Friday, October 9, 2015

=33=

It occurred to Neena there and thenabouts that she was traversing the neural byways of a diseased mind. I f not her own mind, then the mind of someone she’d somehow stumbled into. Someone whose brooding fantasies formed a kind of Sadean paradise of horrors, a metropolis malignant whose avenues multiplied at a rate beyond the craft of any cartographer to manipulate, novelist to organize, or law enforcement agency to control—a fabulated, unbalanced city of a sick and, perhaps, even hallucinating brain. Here ultra-violent sexual nightmares proliferated in a medusan tangle of blind alleys and at the end of each twisted thoroughfare awaited a sacrificial slaying.

Perhaps, she was trapped inside the mind of a serial killer, cast in the role of idealized victim, the “star” of two dozen or so compulsively elaborated fantasies whose orgasmic climax was always the mathematical equivalent of murder. There were times, it seemed, as if a certain half-familiar scenario would abruptly dead-end, as if construction in that direction had suddenly encountered some unsatisfactory and unforeseen condition, some impossible obstacle to completion that not even dream-logic could overcome, and this deflating failure of the imagination, this mental coital interruptus had dictated that another more, promising detour be chosen instead.

Or, perhaps, he’d simply cum.

She began to seriously consider that there was, in fact, no minotaur at the center of this festering maze, no ultimate bristling horror to confront or escape, but, perhaps, something even worse, an endless series of penultimate horrors, as if the aggregate, the entire wormy-squirmy and multiplying mass, taken whole, without conclusion or destination, yes, as if the non-act, the very limbo of being hopelessly lost minus map or clue were in itself the minotaur to which barefoot and bedecked with flowers like a bride she’d been bequeathed to be devoured by uncertainty from within forever.

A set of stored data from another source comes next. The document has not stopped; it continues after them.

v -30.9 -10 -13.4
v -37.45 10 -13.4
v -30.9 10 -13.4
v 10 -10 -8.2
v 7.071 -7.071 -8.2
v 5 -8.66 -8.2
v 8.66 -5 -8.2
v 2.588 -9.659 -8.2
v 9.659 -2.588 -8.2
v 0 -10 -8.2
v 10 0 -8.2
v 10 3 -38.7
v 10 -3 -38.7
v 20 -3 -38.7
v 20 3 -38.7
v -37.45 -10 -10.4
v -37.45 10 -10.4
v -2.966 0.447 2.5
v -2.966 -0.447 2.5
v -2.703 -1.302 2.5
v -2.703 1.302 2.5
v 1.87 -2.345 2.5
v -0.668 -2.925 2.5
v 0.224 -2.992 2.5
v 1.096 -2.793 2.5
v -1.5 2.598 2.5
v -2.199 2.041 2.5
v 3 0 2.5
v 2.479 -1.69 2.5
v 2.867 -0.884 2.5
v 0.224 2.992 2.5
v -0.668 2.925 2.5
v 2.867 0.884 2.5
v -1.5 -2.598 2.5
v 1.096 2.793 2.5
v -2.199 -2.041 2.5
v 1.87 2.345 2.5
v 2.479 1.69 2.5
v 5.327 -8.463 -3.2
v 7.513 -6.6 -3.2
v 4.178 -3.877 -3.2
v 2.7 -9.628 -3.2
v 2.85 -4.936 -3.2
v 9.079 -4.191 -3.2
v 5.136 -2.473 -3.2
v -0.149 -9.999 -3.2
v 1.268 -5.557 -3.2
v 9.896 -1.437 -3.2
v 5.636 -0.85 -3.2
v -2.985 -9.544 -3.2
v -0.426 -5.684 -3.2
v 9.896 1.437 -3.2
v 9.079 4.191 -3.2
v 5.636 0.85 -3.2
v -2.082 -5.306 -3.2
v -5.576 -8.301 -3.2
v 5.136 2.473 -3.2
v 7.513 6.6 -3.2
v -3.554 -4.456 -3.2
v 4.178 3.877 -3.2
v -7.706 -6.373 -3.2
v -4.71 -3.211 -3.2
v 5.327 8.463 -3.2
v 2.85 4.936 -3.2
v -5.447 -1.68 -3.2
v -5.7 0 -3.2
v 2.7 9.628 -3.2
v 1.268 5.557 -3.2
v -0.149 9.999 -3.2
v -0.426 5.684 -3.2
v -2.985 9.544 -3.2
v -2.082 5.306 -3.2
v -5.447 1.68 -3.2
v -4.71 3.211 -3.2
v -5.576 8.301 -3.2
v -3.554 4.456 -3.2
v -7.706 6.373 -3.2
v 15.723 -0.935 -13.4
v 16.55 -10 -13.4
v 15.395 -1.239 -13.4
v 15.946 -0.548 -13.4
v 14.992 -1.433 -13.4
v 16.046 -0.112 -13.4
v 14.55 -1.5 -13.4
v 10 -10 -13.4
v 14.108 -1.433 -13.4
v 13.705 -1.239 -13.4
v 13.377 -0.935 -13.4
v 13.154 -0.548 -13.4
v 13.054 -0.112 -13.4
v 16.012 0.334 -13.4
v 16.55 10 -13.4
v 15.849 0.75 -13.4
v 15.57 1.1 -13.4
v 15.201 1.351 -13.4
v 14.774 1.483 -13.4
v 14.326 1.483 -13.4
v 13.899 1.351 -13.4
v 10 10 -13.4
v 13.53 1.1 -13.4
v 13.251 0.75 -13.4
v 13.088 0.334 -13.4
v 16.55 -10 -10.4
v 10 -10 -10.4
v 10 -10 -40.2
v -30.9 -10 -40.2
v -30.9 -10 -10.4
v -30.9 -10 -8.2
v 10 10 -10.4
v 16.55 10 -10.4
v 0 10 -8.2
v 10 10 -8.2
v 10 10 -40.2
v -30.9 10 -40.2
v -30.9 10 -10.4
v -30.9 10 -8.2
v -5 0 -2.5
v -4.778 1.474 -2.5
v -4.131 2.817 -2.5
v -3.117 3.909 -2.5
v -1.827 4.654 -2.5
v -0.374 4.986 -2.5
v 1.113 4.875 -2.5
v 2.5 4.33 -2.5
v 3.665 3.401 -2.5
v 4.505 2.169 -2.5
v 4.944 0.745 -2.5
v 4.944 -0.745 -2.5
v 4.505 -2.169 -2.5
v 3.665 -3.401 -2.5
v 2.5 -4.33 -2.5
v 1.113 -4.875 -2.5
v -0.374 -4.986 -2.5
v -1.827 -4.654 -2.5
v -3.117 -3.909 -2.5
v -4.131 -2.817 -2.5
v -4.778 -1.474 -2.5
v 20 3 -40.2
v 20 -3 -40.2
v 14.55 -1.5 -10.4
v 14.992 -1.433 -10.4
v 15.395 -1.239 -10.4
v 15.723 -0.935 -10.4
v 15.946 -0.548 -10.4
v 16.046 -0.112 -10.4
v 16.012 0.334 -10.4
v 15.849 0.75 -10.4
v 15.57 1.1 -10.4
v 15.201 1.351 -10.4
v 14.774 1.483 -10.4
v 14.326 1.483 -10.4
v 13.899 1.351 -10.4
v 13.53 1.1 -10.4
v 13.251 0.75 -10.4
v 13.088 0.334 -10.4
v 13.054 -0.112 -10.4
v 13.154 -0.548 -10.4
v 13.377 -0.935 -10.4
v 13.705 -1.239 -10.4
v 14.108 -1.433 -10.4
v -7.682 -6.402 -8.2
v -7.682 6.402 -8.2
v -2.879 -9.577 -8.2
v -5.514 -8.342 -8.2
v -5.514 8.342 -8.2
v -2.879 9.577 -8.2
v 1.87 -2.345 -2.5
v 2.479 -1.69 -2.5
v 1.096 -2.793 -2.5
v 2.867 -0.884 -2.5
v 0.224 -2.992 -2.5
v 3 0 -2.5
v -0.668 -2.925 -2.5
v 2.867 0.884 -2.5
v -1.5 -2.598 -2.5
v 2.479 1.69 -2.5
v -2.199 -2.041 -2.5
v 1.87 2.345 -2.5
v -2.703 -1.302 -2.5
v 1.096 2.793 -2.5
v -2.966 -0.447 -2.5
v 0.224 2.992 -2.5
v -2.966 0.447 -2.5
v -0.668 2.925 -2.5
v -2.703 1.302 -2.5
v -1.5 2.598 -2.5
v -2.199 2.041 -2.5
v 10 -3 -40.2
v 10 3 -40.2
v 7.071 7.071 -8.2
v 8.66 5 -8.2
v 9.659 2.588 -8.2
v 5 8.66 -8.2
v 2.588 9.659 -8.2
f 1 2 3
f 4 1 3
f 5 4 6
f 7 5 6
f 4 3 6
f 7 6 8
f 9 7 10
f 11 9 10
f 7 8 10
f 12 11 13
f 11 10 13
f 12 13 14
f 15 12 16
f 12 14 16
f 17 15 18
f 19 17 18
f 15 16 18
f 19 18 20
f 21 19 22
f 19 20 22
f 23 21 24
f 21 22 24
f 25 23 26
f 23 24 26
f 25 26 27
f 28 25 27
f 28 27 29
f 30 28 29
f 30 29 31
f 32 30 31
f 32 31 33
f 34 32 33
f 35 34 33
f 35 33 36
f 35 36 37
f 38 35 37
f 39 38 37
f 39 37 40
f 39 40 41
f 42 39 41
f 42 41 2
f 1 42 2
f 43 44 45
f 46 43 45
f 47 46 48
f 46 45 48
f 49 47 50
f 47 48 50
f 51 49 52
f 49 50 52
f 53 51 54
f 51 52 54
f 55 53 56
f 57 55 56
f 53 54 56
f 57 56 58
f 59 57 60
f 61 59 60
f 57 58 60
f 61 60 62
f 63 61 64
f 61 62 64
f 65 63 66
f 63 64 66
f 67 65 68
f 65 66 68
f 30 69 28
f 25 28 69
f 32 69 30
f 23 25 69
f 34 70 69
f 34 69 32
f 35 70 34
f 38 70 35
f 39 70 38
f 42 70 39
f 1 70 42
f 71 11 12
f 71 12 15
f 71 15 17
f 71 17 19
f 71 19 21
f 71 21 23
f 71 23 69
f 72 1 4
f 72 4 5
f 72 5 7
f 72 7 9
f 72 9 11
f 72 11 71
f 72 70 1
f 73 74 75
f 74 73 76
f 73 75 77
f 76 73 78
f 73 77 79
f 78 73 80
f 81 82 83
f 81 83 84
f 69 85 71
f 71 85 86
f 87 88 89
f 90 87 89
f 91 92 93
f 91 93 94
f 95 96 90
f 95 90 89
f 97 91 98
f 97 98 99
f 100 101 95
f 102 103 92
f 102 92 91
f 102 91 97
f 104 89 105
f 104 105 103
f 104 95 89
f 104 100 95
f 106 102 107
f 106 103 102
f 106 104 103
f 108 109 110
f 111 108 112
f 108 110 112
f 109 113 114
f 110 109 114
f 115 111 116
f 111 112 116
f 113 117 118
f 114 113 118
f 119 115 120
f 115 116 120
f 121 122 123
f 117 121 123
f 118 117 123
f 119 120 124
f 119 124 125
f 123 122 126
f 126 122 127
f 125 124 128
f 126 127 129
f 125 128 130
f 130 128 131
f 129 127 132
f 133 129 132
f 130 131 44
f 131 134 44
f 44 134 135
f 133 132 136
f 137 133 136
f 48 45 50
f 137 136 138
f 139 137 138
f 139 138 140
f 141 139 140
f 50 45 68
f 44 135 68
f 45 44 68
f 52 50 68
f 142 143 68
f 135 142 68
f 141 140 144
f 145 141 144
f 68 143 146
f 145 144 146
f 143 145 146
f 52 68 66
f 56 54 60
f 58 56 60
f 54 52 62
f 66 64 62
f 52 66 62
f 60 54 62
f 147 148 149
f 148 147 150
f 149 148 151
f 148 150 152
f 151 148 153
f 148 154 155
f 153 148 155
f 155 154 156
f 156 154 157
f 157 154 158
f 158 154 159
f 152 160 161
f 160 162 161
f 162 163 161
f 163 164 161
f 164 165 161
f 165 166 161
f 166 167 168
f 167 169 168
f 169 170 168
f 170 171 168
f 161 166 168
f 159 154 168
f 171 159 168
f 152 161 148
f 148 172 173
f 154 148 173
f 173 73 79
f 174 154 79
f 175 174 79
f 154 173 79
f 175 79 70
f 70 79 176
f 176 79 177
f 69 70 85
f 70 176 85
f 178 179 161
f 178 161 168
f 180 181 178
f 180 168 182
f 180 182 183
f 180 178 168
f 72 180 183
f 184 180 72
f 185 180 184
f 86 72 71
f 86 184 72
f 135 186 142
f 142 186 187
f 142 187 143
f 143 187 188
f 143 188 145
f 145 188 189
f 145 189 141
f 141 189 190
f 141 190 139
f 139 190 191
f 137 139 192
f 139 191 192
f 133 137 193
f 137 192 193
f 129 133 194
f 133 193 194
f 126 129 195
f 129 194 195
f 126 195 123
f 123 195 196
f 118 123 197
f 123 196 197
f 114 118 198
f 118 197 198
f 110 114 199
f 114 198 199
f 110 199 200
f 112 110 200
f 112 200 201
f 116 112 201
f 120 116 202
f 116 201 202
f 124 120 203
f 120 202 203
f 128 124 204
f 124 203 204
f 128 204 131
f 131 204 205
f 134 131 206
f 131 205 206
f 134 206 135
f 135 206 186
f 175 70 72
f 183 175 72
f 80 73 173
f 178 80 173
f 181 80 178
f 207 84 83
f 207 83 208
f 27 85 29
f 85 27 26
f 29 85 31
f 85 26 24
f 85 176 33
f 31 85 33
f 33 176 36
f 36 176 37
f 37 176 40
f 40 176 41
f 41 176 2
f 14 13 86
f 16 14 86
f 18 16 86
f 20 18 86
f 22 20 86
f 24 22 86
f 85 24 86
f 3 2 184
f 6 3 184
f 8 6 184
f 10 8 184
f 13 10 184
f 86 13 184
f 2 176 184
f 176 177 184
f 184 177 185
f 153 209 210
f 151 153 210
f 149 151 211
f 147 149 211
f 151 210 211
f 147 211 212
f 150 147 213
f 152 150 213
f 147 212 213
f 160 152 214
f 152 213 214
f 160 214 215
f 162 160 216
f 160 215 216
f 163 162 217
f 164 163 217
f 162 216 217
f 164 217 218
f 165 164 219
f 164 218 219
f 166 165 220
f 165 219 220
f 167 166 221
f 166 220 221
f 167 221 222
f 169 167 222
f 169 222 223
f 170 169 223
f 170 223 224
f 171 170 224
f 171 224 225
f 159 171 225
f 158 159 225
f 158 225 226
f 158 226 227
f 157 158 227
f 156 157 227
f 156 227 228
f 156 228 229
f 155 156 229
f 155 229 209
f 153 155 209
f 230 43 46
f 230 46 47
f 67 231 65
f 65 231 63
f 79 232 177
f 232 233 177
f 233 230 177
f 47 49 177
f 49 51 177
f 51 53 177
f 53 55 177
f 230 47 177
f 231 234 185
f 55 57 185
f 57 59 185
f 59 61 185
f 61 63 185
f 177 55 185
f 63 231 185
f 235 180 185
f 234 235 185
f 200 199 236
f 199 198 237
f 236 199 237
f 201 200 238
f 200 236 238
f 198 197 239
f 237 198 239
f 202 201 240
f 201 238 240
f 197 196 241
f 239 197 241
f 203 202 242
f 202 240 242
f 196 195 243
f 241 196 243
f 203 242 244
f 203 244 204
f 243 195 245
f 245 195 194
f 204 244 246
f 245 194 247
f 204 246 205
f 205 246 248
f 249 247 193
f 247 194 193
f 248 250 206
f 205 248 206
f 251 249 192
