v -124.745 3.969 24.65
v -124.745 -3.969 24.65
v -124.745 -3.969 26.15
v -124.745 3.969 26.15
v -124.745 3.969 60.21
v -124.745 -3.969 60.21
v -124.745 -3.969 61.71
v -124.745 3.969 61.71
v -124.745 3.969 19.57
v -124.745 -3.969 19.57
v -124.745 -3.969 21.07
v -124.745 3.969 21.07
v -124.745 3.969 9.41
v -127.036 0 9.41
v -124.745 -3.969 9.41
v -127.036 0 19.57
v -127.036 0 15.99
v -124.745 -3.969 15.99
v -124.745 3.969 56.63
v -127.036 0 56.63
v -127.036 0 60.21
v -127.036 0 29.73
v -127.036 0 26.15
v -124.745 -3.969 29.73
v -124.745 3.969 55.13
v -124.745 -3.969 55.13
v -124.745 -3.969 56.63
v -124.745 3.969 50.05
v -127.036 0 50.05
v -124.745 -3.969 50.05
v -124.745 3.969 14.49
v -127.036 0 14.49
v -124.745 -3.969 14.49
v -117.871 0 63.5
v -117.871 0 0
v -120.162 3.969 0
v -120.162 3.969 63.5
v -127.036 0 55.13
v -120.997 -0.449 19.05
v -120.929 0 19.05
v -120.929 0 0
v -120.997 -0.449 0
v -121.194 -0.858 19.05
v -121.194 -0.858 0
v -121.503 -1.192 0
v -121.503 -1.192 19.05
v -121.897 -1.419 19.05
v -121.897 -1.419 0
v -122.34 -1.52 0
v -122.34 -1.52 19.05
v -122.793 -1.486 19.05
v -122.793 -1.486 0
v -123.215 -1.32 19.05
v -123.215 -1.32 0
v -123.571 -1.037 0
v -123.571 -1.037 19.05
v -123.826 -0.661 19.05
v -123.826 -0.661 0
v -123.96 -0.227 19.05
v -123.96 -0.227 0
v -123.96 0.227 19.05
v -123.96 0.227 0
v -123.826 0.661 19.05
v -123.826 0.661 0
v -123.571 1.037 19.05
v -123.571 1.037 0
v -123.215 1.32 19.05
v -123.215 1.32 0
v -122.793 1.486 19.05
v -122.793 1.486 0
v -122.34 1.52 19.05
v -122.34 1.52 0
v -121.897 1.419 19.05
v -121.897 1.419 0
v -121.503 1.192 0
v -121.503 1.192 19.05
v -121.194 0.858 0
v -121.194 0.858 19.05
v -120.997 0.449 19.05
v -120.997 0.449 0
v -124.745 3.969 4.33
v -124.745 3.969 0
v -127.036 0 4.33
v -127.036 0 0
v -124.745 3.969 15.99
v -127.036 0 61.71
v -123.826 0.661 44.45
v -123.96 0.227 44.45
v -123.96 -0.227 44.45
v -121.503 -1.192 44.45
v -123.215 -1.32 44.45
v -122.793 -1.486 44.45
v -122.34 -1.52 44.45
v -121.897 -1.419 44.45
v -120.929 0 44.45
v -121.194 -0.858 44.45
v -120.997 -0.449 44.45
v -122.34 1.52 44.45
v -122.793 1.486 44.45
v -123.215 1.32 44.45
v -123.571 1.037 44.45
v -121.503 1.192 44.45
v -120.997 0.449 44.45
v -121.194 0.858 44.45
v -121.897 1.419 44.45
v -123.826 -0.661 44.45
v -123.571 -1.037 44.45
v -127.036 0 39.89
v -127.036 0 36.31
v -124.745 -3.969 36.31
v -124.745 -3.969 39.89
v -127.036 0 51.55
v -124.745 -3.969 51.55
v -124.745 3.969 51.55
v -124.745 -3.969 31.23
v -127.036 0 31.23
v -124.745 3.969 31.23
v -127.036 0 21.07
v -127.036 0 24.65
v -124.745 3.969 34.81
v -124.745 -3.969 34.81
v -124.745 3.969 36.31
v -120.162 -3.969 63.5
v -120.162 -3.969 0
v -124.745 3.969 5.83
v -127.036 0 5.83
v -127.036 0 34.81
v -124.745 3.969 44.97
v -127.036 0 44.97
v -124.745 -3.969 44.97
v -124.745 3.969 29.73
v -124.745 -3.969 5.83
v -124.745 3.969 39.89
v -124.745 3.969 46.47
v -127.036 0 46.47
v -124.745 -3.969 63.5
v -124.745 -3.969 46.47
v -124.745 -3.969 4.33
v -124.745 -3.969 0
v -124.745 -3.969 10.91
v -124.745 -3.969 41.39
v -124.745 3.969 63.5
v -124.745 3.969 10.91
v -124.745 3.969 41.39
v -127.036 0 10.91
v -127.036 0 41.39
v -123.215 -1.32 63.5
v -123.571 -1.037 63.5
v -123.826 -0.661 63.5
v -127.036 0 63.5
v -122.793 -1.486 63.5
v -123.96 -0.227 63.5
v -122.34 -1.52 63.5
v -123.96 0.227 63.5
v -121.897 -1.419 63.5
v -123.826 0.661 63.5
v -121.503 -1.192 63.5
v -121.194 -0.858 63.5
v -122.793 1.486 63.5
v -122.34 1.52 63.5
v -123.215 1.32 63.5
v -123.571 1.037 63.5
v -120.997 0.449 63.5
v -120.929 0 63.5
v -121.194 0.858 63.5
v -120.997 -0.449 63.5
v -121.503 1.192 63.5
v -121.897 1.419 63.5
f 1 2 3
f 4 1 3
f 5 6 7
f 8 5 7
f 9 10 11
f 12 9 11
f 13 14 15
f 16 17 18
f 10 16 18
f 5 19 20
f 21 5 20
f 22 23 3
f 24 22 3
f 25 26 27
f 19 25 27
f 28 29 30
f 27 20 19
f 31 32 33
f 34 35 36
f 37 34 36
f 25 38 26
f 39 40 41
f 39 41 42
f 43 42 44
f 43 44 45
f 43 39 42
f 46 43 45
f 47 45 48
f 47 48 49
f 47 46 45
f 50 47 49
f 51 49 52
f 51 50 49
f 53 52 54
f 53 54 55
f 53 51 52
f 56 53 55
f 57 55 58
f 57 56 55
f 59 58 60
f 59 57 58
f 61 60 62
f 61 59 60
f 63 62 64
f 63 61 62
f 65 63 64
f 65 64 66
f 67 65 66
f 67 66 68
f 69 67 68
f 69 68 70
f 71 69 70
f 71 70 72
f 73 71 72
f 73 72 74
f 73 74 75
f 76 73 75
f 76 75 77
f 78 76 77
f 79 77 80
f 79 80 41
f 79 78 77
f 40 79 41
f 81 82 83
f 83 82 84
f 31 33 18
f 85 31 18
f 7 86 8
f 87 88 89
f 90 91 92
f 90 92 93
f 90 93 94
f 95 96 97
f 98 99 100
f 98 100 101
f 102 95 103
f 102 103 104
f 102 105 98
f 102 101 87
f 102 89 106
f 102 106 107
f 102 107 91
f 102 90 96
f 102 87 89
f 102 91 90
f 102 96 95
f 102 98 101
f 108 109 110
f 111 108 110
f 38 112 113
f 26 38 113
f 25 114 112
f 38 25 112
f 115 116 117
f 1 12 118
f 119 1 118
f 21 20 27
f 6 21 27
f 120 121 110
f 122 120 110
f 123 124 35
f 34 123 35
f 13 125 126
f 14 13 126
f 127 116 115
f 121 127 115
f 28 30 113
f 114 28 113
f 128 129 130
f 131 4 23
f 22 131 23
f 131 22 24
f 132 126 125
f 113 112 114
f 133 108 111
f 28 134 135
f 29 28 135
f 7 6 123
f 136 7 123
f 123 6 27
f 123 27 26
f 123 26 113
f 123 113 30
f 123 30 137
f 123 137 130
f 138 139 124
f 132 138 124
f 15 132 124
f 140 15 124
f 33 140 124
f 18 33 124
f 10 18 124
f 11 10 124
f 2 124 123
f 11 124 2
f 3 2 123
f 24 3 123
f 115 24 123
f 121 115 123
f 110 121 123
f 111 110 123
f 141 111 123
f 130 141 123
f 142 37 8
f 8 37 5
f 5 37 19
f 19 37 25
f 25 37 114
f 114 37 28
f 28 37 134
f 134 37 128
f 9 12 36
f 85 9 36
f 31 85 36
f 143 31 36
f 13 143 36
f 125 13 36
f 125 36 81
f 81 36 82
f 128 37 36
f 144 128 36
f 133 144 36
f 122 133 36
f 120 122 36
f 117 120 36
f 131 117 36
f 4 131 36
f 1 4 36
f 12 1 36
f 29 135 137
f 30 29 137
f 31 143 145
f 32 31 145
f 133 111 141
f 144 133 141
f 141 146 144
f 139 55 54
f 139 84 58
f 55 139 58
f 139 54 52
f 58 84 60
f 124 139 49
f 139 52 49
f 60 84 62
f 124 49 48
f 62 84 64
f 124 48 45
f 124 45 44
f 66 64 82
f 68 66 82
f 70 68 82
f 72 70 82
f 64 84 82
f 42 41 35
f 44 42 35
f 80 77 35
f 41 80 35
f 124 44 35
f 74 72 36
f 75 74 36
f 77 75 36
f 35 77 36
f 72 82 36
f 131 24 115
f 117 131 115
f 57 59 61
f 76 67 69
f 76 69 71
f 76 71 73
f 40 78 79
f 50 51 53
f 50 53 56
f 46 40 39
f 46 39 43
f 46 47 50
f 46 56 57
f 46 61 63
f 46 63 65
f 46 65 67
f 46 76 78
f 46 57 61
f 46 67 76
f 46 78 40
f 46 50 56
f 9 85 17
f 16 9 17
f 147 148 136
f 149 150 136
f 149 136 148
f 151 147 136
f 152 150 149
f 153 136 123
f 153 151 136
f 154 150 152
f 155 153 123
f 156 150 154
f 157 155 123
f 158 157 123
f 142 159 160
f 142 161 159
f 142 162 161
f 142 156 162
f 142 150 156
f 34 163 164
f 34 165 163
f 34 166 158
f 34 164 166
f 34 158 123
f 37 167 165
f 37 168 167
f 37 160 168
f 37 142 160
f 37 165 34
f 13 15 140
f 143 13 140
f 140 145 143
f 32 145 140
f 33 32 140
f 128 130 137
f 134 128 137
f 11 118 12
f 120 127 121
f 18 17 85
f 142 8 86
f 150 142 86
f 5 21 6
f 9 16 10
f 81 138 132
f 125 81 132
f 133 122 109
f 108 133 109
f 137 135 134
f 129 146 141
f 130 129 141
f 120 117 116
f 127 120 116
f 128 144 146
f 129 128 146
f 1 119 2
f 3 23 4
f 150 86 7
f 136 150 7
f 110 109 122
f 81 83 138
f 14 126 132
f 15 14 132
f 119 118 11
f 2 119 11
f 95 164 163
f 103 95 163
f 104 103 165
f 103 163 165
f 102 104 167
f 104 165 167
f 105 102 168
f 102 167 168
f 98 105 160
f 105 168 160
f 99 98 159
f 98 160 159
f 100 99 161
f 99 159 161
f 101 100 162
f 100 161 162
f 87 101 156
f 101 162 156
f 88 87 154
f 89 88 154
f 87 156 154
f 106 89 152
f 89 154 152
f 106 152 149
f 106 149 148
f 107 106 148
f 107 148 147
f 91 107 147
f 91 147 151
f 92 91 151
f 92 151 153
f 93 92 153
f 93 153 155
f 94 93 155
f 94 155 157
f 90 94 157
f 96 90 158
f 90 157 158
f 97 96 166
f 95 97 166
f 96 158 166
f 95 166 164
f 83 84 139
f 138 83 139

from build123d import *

# Parameters (mm, degrees)
BOSS_EXTRUDE1_DEPTH = 63.5
SKETCH2_R           = 1.524
CUT_EXTRUDE1_DEPTH  = 19.05
CUT_EXTRUDE2_START  = -19.05
SKETCH3_R           = 1.524
CUT_EXTRUDE2_DEPTH  = 19.05
SKETCH6_W           = 2.291358881
SKETCH6_H           = 1.5
CUT_EXTRUDE4_DEPTH  = 19.05


with BuildPart() as part:
    # Sketch1 → Boss-Extrude1 (new body)
    with BuildSketch(Plane.XY):
        Polygon((-117.870682238, 0), (-120.162041119, 3.96875), (-124.744758881, 3.96875), (-127.036117762, 0), (-124.744758881, -3.96875), (-120.162041119, -3.96875), align=None)
    extrude(amount=BOSS_EXTRUDE1_DEPTH)

    # Sketch2 → Cut-Extrude1 (cut)
    with BuildSketch(Plane.XY.offset(63.5)):
        with Locations((-122.4534, 0)):
            Circle(SKETCH2_R)
    extrude(amount=-CUT_EXTRUDE1_DEPTH, mode=Mode.SUBTRACT)

    # Sketch3 → Cut-Extrude2 (cut)
    with BuildSketch(Plane(origin=(0, 0, 0), x_dir=(-1, 0, 0), z_dir=(0, 0, -1)).offset(CUT_EXTRUDE2_START)):
        with Locations(Location((122.4534, 0, 0), (0, 0, 180))):
            Circle(SKETCH3_R)
    extrude(amount=CUT_EXTRUDE2_DEPTH, mode=Mode.SUBTRACT)

    # Sketch6 → Cut-Extrude4 (cut)
    with BuildSketch(Plane.XZ.offset(3.96875)):
        with Locations((-125.890438321, 5.08)):
            Rectangle(SKETCH6_W, SKETCH6_H)
        with Locations((-125.890438321, 10.16)):
            Rectangle(SKETCH6_W, SKETCH6_H)
        with Locations((-125.890438321, 15.24)):
            Rectangle(SKETCH6_W, SKETCH6_H)
        with Locations((-125.890438321, 20.32)):
            Rectangle(SKETCH6_W, SKETCH6_H)
        with Locations((-125.890438321, 25.4)):
            Rectangle(SKETCH6_W, SKETCH6_H)
        with Locations((-125.890438321, 30.48)):
            Rectangle(SKETCH6_W, SKETCH6_H)
        with Locations((-125.890438321, 35.56)):
            Rectangle(SKETCH6_W, SKETCH6_H)
        with Locations((-125.890438321, 40.64)):
            Rectangle(SKETCH6_W, SKETCH6_H)
        with Locations((-125.890438321, 45.72)):
            Rectangle(SKETCH6_W, SKETCH6_H)
        with Locations((-125.890438321, 50.8)):
            Rectangle(SKETCH6_W, SKETCH6_H)
        with Locations((-125.890438321, 55.88)):
            Rectangle(SKETCH6_W, SKETCH6_H)
        with Locations((-125.890438321, 60.96)):
            Rectangle(SKETCH6_W, SKETCH6_H)
        with Locations((-125.890438321, 66.04)):
            Rectangle(SKETCH6_W, SKETCH6_H)
        with Locations((-125.890438321, 71.12)):
            Rectangle(SKETCH6_W, SKETCH6_H)
    extrude(amount=-CUT_EXTRUDE4_DEPTH, mode=Mode.SUBTRACT)


solid = part.part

At this point, let us note, Neena felt a paralyzing dread of turning her anointed head, of looking back at the old woman who, up to now, was pushing her wheelchair through this infernal hospice of the damned, for it seemed to her that something even worse were propelling her through these ice-cold corridors than a cackling, mad, undead and cancer-ridden crone and the fact that she couldn’t imagine what that might be not only functioned “as if it were” a paralyzing agent but, literally, in actual fact, was the cause of a catastrophic trauma of the relevant vertebrae that made turning her head impossible, that rendered such paralysis a reality. You might say it was an injury such as one might suffer by hurtling through the windscreen that normally separated us from the surrounding landscape, serving as a necessary barrier between the so-called imaginary and the so-called real.

Perhaps, and, indeed, we might as well consider all the possibilities inasmuch as we still have the time (and, ironically, while awaiting the execution of a death-sentence, one seems to have all the time in the world, close to an eternity, the mind moves so fast; certainly, one has  all the time necessary, which is much the same thing as eternity, relatively speaking, when all is said and done; but is it ever? Done, we mean.), that there is no one pushing the wheelchair at all; perhaps it is self-propelled or remote-controlled; perhaps it is fueled by Neena’s own fear and apprehension, her panic and hysteria, which properly harnessed, provide an alternate source of energy, inexhaustible as the fear of death. Entire nations running on the terror of its citizenry…think about it, is it really so far-fetched, after what we’ve seen, considering what we know already?


But we digress, and yet, if truth be told (the truth? We chuckle, shake our heads, and wash our hands. Send in the next prisoner, please…), we will continue to digress, for what else is there but digressions and, all the moreso, when there’s nothing properly to digress from?